Ему тут же, немедленно, захотелось приступить к управлению Рублевкой.
Гулькин вновь обреченно вспомнил, как в то злополучное утро, сразу после падения метеорита, к нему примчался полковник Звенигородцев, с которым они вместе служили еще во времена столичного КГБ. «Какого черта
– Знаешь, Гулькин, никто у нас не сомневается, что ты мужик надежный, – с ходу подмазал Спиридона дешевой лестью его бывший шеф. – Но понимаешь, обстоятельства требуют снова проверить тебя на вшивость. Получишь задание государственной важности.
– Что я должен делать? – обреченно спросил Гулькин.
– Прелесть в том, Спиридон, что ничего. Ты глаза на меня не пяль. Правильно понял. Ни-че-го не надо делать. За тебя все сделают специально обученные люди, эпидемиологи, врачи... Понял?! А ты будешь исключительно работать с населением. Станешь им во всем отказывать. Думаю, ты будешь делать это с большим удовольствием. Или я не угадал, Спиридон?

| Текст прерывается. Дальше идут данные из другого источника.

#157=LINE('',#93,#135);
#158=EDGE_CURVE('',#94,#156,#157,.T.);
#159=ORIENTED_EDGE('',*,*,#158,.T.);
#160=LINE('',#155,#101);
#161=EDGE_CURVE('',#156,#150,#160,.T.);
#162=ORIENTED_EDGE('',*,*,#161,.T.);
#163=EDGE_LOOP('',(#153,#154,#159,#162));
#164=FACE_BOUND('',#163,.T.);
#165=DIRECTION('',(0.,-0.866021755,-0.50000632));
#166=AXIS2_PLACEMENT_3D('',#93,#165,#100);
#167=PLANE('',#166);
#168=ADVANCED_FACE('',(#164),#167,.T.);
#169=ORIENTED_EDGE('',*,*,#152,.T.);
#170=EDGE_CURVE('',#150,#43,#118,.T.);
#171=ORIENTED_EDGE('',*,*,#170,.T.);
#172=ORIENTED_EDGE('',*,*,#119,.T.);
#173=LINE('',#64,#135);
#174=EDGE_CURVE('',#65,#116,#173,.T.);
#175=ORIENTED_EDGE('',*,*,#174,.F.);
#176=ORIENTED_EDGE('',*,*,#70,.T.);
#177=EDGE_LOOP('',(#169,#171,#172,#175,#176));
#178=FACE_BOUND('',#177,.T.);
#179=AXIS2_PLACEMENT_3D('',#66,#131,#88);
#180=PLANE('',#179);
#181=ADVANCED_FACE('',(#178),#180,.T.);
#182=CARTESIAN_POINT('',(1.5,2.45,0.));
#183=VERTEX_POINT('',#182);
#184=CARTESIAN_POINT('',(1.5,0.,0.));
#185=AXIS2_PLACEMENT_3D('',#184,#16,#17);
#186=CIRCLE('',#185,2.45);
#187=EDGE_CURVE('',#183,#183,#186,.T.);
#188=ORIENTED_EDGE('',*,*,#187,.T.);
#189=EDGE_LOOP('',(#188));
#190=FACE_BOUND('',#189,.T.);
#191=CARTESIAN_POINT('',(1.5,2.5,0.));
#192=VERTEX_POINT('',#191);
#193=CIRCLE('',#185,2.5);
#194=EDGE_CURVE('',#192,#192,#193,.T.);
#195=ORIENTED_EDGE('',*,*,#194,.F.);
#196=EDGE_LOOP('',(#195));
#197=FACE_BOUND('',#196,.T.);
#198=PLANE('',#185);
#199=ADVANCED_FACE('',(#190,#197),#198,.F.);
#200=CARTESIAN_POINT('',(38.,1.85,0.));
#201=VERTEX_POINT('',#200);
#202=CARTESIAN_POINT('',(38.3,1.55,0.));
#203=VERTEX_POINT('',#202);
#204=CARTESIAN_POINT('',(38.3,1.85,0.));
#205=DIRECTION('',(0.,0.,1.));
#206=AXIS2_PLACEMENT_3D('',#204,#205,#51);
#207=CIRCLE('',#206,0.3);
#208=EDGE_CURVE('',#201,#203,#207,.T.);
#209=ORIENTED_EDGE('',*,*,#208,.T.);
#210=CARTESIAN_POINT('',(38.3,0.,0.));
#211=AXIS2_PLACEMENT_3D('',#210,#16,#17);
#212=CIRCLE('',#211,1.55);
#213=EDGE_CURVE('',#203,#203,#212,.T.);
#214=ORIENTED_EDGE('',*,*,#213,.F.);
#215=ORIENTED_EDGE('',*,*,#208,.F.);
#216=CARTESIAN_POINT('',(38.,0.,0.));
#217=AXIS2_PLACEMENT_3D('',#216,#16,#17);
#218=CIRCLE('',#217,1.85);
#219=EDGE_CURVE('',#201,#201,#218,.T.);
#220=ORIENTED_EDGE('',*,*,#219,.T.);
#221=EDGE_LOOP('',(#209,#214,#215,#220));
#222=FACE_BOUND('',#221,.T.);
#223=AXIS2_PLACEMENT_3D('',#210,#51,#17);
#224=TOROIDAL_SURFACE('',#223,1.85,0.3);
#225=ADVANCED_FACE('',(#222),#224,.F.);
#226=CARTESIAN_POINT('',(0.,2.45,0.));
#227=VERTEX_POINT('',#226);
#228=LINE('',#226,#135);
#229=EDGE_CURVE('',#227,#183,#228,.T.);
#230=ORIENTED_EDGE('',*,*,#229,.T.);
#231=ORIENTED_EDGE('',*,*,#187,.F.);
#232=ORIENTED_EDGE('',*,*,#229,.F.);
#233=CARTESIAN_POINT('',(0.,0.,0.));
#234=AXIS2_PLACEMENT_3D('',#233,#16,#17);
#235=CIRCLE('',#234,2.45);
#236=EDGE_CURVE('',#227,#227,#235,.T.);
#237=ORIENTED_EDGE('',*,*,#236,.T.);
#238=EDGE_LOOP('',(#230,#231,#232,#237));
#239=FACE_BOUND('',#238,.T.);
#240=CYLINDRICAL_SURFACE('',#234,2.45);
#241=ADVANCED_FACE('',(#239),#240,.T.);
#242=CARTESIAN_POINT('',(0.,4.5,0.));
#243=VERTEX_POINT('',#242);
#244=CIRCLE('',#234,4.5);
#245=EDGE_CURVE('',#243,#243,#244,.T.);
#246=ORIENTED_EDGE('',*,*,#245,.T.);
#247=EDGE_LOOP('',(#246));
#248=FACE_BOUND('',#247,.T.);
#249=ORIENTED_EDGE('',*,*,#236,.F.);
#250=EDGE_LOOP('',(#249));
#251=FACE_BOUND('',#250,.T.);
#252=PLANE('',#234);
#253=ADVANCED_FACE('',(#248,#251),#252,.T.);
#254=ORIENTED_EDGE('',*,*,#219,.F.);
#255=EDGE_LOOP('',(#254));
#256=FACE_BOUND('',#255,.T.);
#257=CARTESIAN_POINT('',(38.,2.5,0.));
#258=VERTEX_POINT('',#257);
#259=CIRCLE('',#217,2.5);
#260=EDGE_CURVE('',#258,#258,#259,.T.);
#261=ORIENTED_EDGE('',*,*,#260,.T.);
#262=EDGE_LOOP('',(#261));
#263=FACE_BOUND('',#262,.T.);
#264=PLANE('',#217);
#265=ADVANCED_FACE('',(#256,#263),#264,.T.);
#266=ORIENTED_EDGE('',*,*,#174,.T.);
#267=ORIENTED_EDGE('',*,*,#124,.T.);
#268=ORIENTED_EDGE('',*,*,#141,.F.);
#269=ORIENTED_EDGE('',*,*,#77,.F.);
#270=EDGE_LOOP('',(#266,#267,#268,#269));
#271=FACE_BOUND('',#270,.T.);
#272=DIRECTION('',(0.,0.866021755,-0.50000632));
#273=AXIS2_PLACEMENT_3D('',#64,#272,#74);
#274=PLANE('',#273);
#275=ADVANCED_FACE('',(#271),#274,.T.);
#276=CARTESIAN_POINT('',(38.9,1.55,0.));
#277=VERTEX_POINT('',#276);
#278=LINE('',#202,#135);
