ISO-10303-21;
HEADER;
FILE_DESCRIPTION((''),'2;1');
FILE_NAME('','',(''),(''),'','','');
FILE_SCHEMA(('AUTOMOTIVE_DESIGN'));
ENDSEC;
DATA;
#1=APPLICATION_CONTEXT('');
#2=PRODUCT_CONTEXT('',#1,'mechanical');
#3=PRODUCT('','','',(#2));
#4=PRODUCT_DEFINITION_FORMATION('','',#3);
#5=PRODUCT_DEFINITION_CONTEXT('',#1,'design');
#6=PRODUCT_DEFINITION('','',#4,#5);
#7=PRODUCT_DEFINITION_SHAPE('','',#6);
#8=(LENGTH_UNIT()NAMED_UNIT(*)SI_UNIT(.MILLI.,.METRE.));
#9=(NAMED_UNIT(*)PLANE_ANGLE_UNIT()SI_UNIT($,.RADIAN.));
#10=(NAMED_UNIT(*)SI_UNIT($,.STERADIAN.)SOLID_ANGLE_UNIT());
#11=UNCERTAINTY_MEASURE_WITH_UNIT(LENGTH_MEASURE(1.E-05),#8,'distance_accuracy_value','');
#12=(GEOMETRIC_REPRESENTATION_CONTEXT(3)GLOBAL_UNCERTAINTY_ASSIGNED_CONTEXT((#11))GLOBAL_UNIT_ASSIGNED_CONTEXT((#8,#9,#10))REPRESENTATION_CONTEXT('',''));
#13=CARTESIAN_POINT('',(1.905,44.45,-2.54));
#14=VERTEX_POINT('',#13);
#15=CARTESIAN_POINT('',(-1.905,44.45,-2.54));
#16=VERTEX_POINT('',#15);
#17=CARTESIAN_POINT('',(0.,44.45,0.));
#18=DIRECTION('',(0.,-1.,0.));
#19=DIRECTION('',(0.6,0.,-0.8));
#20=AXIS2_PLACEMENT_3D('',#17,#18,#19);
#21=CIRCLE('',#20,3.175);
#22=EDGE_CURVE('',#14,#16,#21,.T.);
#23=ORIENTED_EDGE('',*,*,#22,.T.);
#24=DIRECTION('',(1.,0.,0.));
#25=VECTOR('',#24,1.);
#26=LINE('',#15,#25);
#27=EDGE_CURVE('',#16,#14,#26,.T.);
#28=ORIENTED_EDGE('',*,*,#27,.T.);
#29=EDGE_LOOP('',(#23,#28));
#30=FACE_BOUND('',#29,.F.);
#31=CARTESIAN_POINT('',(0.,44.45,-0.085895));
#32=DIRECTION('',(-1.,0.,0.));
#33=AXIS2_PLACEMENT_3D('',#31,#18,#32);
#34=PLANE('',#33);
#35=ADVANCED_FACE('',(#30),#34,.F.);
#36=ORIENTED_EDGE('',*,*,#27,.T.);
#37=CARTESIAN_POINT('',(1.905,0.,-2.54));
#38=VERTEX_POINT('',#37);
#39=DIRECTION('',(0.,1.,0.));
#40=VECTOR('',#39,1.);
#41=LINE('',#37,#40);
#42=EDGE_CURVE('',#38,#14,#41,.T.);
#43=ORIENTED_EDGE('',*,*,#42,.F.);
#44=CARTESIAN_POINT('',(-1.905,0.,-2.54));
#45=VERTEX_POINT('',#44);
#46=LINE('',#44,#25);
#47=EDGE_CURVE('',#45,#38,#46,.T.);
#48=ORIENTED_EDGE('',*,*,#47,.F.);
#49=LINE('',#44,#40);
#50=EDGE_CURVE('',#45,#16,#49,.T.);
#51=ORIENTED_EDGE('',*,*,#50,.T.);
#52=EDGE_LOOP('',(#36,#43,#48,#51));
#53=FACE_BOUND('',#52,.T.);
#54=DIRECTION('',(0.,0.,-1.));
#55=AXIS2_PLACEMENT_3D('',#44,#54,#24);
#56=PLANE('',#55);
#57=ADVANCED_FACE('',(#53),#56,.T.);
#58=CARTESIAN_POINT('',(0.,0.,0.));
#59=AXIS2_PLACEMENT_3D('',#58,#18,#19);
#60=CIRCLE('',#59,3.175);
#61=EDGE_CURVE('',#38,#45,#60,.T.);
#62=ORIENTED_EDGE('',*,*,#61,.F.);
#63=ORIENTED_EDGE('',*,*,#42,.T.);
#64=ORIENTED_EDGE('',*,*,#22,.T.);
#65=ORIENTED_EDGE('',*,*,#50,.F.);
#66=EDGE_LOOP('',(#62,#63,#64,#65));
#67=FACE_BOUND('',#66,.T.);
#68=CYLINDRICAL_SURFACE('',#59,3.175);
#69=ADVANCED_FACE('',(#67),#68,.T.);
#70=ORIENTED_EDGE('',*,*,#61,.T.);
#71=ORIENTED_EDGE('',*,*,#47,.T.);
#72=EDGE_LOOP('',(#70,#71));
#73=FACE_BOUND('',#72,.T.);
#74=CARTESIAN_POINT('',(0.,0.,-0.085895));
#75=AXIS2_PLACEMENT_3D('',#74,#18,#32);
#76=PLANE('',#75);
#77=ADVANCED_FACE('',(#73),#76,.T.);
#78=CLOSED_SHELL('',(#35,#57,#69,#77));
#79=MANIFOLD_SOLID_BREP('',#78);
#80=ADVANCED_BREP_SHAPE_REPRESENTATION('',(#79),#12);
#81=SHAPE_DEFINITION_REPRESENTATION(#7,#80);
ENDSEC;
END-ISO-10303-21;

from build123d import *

# Parameters (mm, degrees)
BOSS_EXTRUDE1_DEPTH = 44.45


with BuildPart() as part:
    # Sketch1 → Boss-Extrude1 (new body)
    with BuildSketch(Plane(origin=(0, 0, 0), x_dir=(1, 0, 0), z_dir=(0, 1, 0))):
        with BuildLine():
            Line((-1.905, 2.54), (1.905, 2.54))
            ThreePointArc((1.905, 2.54), (0, -3.175), (-1.905, 2.54))
        make_face()
    extrude(amount=BOSS_EXTRUDE1_DEPTH)


solid = part.part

Гулькин тогда не стал ни отвечать, ни спорить. Скорее потому, что еще не ощущал всего груза, свалившегося на его шею. Последние две недели Спиридон жил словно на пороховой бочке. В любой момент ее мог запалить любой из оказавшихся в зоне олигархов, их жен, любовниц и прочих местных аборигенов. Одного генерала Ордынского ему было достаточно, чтобы повеситься. Неужели полковник Звенигородцев не понимает, с кем выставил его один на один?
– Короче, повторяю, сынок, ты назначаешься комендантом особой зоны, которую надо будет строго контролировать в интересах России. – Спиридон Петрович вновь вспомнил наставления бывшего директора. – Ты еще не понимаешь до конца, что здесь у вас произошло. Теперь это зона экономического... Тьфу ты! Я хотел сказать – экологического бедствия. К вам сюда с неба упал метеорит. Понял? Заразил он все вокруг. Короче, вот тебе ящик. Там все написано, есть все инструкции. Вот так, сынок. – Звенигородцев вручил майору металлический несгораемый кейс. – К тебе в подчинение поступят два наших опера, молодые, но уже зрелые ребята – Вася и Коля. Они будут дежурить подле тебя через сутки.
– Пасти, что ли?
– Они помогать будут, балбес. Тебе также выделена одна «Нива» и талоны на бензин. Их береги, не разбазаривай. Добавки не будет. Да! Еще у тебя там, в приемной, значит, девушка будет, делопроизводитель. С ней не шалить! Она из наших! И последний, мой личный дружеский совет, – переходя почему-то на шепот, произнес Звенигородцев. – Держись подальше от военных фургонов, ну этих... химлабораторий. Они здесь дезактивацию местности будут проводить. Понял? Катастрофа есть катастрофа.
...Дверь чуть приоткрылась, и Гулькин услышал приятный женский голос:
– Спиридон Петрович, здравствуйте. Меня зовут Лида. Можно вас побеспокоить?
– Да, конечно, – несколько растерявшись, ответил комендант. Первый раз за это утро он вспомнил, что находится «при исполнении».
В комнату вошла стройная, симпатичная блондинка в строгом сером платье и туфельках на низких каблучках. На вид лет тридцати.
– Спиридон Петрович, вам чай или кофе? – вежливо поинтересовалась Лида.